Observations critiques
Malgré les avancées, les réponses du ministre n’ont pas proposé de solutions claires pour les dossiers sensibles comme la réforme des retraites ou l’exclusion syndicale, ce qui pourrait éroder la confiance dans le dialogue. L’allusion à des études en cours sans calendrier contraignant soulève des interrogations sur l’engagement à résoudre ces défis.
5. Politiques de l’emploi : programme de formation professionnelle et défis des jeunes
Contexte et objectifs
Le programme de formation professionnelle vise à intégrer les jeunes sans diplôme sur le marché du travail via une formation complémentaire, ciblant 100 000 jeunes. Il cherche à combler les lacunes du système de formation professionnelle, qui n’accueille que 80 000 des 900 000 personnes concernées.
Mesures et propositions
Les politiques incluent le soutien aux petites entreprises, la simplification des démarches et des incitations fiscales. Les conseillers ont proposé des programmes de formation et des campagnes de sensibilisation pour soutenir les jeunes et les femmes.
Observations critiques
Les réponses de la ministre n’ont pas détaillé le financement du programme ni l’expansion des capacités de formation pour absorber le grand nombre de jeunes. L’absence d’une stratégie claire reliant la formation aux besoins réels du marché du travail affaiblit l’efficacité du programme.
Conclusion et recommandations
Les débats reflètent l’engagement du gouvernement à relever les défis économiques et sociaux, mais les réponses ministérielles manquent souvent de précision et de calendriers.
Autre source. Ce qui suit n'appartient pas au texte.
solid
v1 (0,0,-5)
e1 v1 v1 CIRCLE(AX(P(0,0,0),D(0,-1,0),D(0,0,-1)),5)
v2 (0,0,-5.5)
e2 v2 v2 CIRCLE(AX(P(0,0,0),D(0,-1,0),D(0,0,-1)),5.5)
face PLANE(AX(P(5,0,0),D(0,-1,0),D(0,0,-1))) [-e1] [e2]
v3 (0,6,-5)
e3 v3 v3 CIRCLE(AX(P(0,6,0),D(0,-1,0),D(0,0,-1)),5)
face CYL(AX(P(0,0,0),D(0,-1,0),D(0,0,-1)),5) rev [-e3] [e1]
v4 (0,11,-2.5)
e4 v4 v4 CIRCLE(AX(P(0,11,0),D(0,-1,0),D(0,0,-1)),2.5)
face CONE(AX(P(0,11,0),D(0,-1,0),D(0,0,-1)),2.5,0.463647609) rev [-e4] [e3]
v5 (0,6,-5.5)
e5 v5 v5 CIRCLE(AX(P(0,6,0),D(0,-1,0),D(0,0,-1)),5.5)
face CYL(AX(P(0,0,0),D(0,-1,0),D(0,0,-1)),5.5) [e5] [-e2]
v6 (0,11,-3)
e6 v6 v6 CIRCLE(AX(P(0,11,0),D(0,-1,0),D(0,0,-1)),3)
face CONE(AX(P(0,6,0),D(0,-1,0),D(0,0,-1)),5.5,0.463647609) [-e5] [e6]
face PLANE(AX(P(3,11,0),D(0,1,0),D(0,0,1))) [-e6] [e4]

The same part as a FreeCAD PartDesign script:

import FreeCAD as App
import Part
import Sketcher

V = App.Vector
Q = App.Units.Quantity

doc = App.newDocument("Part")
body = doc.addObject("PartDesign::Body", "Body")

# Sketch on XY plane
sketch1 = body.newObject("Sketcher::SketchObject", "Sketch")
sketch1.AttachmentSupport = (doc.getObject("XY_Plane"), [""])
sketch1.MapMode = "FlatFace"
sketch1.addGeometry([
    Part.LineSegment(V(5.5, 0, 0), V(5.5, 6, 0)),  # 0
    Part.LineSegment(V(5.5, 6, 0), V(3, 11, 0)),  # 1
    Part.LineSegment(V(3, 11, 0), V(2.5, 11, 0)),  # 2
    Part.LineSegment(V(2.5, 11, 0), V(5, 6, 0)),  # 3
    Part.LineSegment(V(5, 6, 0), V(5, 0, 0)),  # 4
    Part.LineSegment(V(5, 0, 0), V(5.5, 0, 0)),  # 5
], False)
sketch1.addConstraint([
    Sketcher.Constraint("Coincident", 0, 2, 1, 1),
    Sketcher.Constraint("Coincident", 1, 2, 2, 1),
    Sketcher.Constraint("Coincident", 2, 2, 3, 1),
    Sketcher.Constraint("Coincident", 3, 2, 4, 1),
    Sketcher.Constraint("Coincident", 4, 2, 5, 1),
    Sketcher.Constraint("Coincident", 5, 2, 0, 1),
    Sketcher.Constraint("Vertical", 0),
    Sketcher.Constraint("Horizontal", 2),
    Sketcher.Constraint("Vertical", 4),
    Sketcher.Constraint("Horizontal", 5),
    Sketcher.Constraint("PointOnObject", 4, 2, -1),
    Sketcher.Constraint("Parallel", 1, 3),
    Sketcher.Constraint("Horizontal", 0, 2, 3, 2),
    Sketcher.Constraint("DistanceY", 0, 1, 0, 2, Q("6 mm")),
    Sketcher.Constraint("DistanceX", 2, 2, 2, 1, Q("0.5 mm")),
    Sketcher.Constraint("DistanceX", -1, 1, 1, 2, Q("3 mm")),
    Sketcher.Constraint("DistanceY", -1, 1, 1, 2, Q("11 mm")),
    Sketcher.Constraint("DistanceX", -1, 1, 3, 2, Q("5 mm")),
])
revolution = body.newObject("PartDesign::Revolution", "Revolution")
revolution.Profile = sketch1
revolution.ReferenceAxis = (sketch1, ["V_Axis"])
revolution.Angle = 360

doc.recompute()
Les recommandations incluent :
- Établir des plans d’action contraignants pour mettre en œuvre les recommandations, notamment dans la gestion des litiges et la réforme des entreprises publiques.
- Approfondir les réformes de l’économie informelle via des programmes de formation intensifs liés à des incitations sociales.
- Accélérer la révision du Code du travail et activer un dialogue social inclusif englobant tous les syndicats.
- Renforcer la transparence des politiques de l’emploi par la publication de rapports périodiques sur l’avancement des programmes comme la formation professionnelle.
Atteindre ces objectifs nécessite une coordination accrue entre le gouvernement et le Parlement, avec une approche proactive axée sur des résultats concrets pour renforcer la confiance et soutenir le développement durable.